• _Exercise aim_:
The first line of the entries below, the line containing "#15=CARTESIAN_POINT('',(0.,0.,0.));", and every line between them should be repeated exactly, and nothing else.

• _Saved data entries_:
----

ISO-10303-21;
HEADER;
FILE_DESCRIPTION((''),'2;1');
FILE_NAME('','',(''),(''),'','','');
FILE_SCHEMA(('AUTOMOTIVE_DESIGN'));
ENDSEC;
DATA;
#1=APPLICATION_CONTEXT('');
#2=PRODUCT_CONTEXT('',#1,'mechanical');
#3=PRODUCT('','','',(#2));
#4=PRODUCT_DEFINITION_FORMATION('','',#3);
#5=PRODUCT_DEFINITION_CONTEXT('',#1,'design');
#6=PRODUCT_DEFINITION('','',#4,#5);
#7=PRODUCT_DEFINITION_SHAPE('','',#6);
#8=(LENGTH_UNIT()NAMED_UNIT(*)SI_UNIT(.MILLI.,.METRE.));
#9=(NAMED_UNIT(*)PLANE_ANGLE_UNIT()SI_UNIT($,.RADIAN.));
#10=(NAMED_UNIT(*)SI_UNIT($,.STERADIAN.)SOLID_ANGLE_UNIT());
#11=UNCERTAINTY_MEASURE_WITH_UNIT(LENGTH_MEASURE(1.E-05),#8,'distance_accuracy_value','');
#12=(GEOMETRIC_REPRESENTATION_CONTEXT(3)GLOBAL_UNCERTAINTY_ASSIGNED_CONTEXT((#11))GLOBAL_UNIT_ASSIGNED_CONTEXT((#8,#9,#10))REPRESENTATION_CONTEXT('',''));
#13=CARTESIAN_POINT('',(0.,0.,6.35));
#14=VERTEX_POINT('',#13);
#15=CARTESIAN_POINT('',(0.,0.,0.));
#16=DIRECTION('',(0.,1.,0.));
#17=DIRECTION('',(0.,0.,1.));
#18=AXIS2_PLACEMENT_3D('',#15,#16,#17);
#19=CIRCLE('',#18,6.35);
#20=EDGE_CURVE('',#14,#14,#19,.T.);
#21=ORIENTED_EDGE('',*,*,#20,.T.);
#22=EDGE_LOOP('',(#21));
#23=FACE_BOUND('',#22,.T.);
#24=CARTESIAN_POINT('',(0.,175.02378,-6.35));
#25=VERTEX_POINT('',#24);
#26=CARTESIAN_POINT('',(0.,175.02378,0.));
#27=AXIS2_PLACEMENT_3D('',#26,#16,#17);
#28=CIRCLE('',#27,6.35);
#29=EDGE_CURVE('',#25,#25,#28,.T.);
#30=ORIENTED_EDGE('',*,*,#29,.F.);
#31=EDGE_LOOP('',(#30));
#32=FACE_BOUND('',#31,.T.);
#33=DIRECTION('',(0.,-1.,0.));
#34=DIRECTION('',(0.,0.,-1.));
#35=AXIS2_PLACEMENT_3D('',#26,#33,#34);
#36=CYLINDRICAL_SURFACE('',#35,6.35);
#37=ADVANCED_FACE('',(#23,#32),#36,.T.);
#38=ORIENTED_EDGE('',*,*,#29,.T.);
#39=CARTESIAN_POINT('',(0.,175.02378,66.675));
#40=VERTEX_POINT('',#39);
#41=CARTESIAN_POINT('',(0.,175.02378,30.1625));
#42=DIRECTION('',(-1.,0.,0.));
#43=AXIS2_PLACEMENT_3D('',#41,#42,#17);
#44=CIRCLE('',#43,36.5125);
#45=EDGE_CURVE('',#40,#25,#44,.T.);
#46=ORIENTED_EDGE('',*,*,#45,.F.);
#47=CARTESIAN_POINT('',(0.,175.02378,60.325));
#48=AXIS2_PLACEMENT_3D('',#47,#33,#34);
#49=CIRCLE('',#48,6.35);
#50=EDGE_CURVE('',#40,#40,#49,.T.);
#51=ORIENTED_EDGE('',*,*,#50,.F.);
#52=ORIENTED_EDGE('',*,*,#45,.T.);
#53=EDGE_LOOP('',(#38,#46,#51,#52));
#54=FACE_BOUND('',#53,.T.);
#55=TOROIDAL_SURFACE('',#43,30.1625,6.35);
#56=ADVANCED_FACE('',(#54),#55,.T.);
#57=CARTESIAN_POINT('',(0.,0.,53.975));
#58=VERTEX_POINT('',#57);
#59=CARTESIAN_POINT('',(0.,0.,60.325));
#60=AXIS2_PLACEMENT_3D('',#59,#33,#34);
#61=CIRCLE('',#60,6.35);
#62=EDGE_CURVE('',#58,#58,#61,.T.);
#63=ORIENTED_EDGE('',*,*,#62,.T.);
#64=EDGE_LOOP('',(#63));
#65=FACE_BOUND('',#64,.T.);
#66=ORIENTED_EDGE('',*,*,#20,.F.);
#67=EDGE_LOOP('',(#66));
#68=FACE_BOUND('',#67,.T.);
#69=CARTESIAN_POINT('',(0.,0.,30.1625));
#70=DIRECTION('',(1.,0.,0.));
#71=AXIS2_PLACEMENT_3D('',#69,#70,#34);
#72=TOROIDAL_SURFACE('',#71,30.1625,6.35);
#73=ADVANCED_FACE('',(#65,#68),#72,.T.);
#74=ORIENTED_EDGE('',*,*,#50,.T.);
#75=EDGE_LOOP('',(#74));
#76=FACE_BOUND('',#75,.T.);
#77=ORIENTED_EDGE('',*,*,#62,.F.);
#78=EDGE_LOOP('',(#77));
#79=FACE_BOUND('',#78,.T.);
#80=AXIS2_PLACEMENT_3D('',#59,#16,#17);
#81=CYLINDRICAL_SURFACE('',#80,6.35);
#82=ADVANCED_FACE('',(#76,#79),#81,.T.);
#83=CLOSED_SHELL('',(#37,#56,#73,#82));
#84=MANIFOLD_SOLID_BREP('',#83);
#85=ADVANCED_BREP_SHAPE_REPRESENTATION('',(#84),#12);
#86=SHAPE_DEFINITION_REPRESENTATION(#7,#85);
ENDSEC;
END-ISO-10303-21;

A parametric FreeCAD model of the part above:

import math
import FreeCAD as App
import Part
import Sketcher
Q = App.Units.Quantity

doc = App.newDocument("Part")
body = doc.addObject("PartDesign::Body", "Body")

sketch1 = doc.addObject("Sketcher::SketchObject", "Sketch")
body.addObject(sketch1)
sketch1.AttachmentSupport = (doc.XZ_Plane, [""])
sketch1.MapMode = "FlatFace"
sketch1.addGeometry(Part.Circle(App.Vector(0, 0, 0), App.Vector(0, 0, 1), 6), False)
sketch1.addConstraint([
    Sketcher.Constraint("Coincident", 0, 3, -1, 1),
    Sketcher.Constraint("Diameter", 0, Q("0.5 in")),
])

sketch2 = doc.addObject("Sketcher::SketchObject", "Sketch001")
body.addObject(sketch2)
sketch2.AttachmentSupport = (doc.YZ_Plane, [""])
sketch2.MapMode = "FlatFace"
sketch2.addGeometry([
    Part.LineSegment(App.Vector(0, 0, 0), App.Vector(175, 0, 0)),
    Part.ArcOfCircle(Part.Circle(App.Vector(175, 30, 0), App.Vector(0, 0, 1), 30), math.radians(-90), math.radians(90)),
    Part.LineSegment(App.Vector(175, 60, 0), App.Vector(0, 60, 0)),
    Part.ArcOfCircle(Part.Circle(App.Vector(0, 30, 0), App.Vector(0, 0, 1), 30), math.radians(90), math.radians(270)),
], False)
sketch2.addConstraint([
    Sketcher.Constraint("Tangent", 0, 2, 1, 1),
    Sketcher.Constraint("Tangent", 1, 2, 2, 1),
    Sketcher.Constraint("Tangent", 2, 2, 3, 1),
    Sketcher.Constraint("Tangent", 3, 2, 0, 1),
    Sketcher.Constraint("Horizontal", 0),
    Sketcher.Constraint("Horizontal", 2),
    Sketcher.Constraint("Coincident", 3, 2, -1, 1),
    Sketcher.Constraint("Radius", 1, Q("1.1875 in")),
    Sketcher.Constraint("DistanceX", 0, 1, 0, 2, Q("6.8907 in")),
])
doc.recompute()

additivepipe = doc.addObject("PartDesign::AdditivePipe", "AdditivePipe")
body.addObject(additivepipe)
additivepipe.Profile = sketch1
additivepipe.Spine = (sketch2, ["Edge1", "Edge2", "Edge3", "Edge4"])

doc.recompute()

----

• _Response_:
ISO-10303-21;
HEADER;
FILE_DESCRIPTION((''),'2;1');
FILE_NAME('','',(''),(''),'','','');
FILE_SCHEMA(('AUTOMOTIVE_DESIGN'));
ENDSEC;
DATA;
#1=APPLICATION_CONTEXT('');
#2=PRODUCT_CONTEXT('',#1,'mechanical');
#3=PRODUCT('','','',(#2));
#4=PRODUCT_DEFINITION_FORMATION('','',#3);
#5=PRODUCT_DEFINITION_CONTEXT('',#1,'design');
#6=PRODUCT_DEFINITION('','',#4,#5);
#7=PRODUCT_DEFINITION_SHAPE('','',#6);
#8=(LENGTH_UNIT()NAMED_UNIT(*)SI_UNIT(.MILLI.,.METRE.));
#9=(NAMED_UNIT(*)PLANE_ANGLE_UNIT()SI_UNIT($,.RADIAN.));
#10=(NAMED_UNIT(*)SI_UNIT($,.STERADIAN.)SOLID_ANGLE_UNIT());
#11=UNCERTAINTY_MEASURE_WITH_UNIT(LENGTH_MEASURE(1.E-05),#8,'distance_accuracy_value','');
#12=(GEOMETRIC_REPRESENTATION_CONTEXT(3)GLOBAL_UNCERTAINTY_ASSIGNED_CONTEXT((#11))GLOBAL_UNIT_ASSIGNED_CONTEXT((#8,#9,#10))REPRESENTATION_CONTEXT('',''));
#13=CARTESIAN_POINT('',(0.,0.,6.35));
#14=VERTEX_POINT('',#13);
#15=CARTESIAN_POINT('',(0.,0.,0.));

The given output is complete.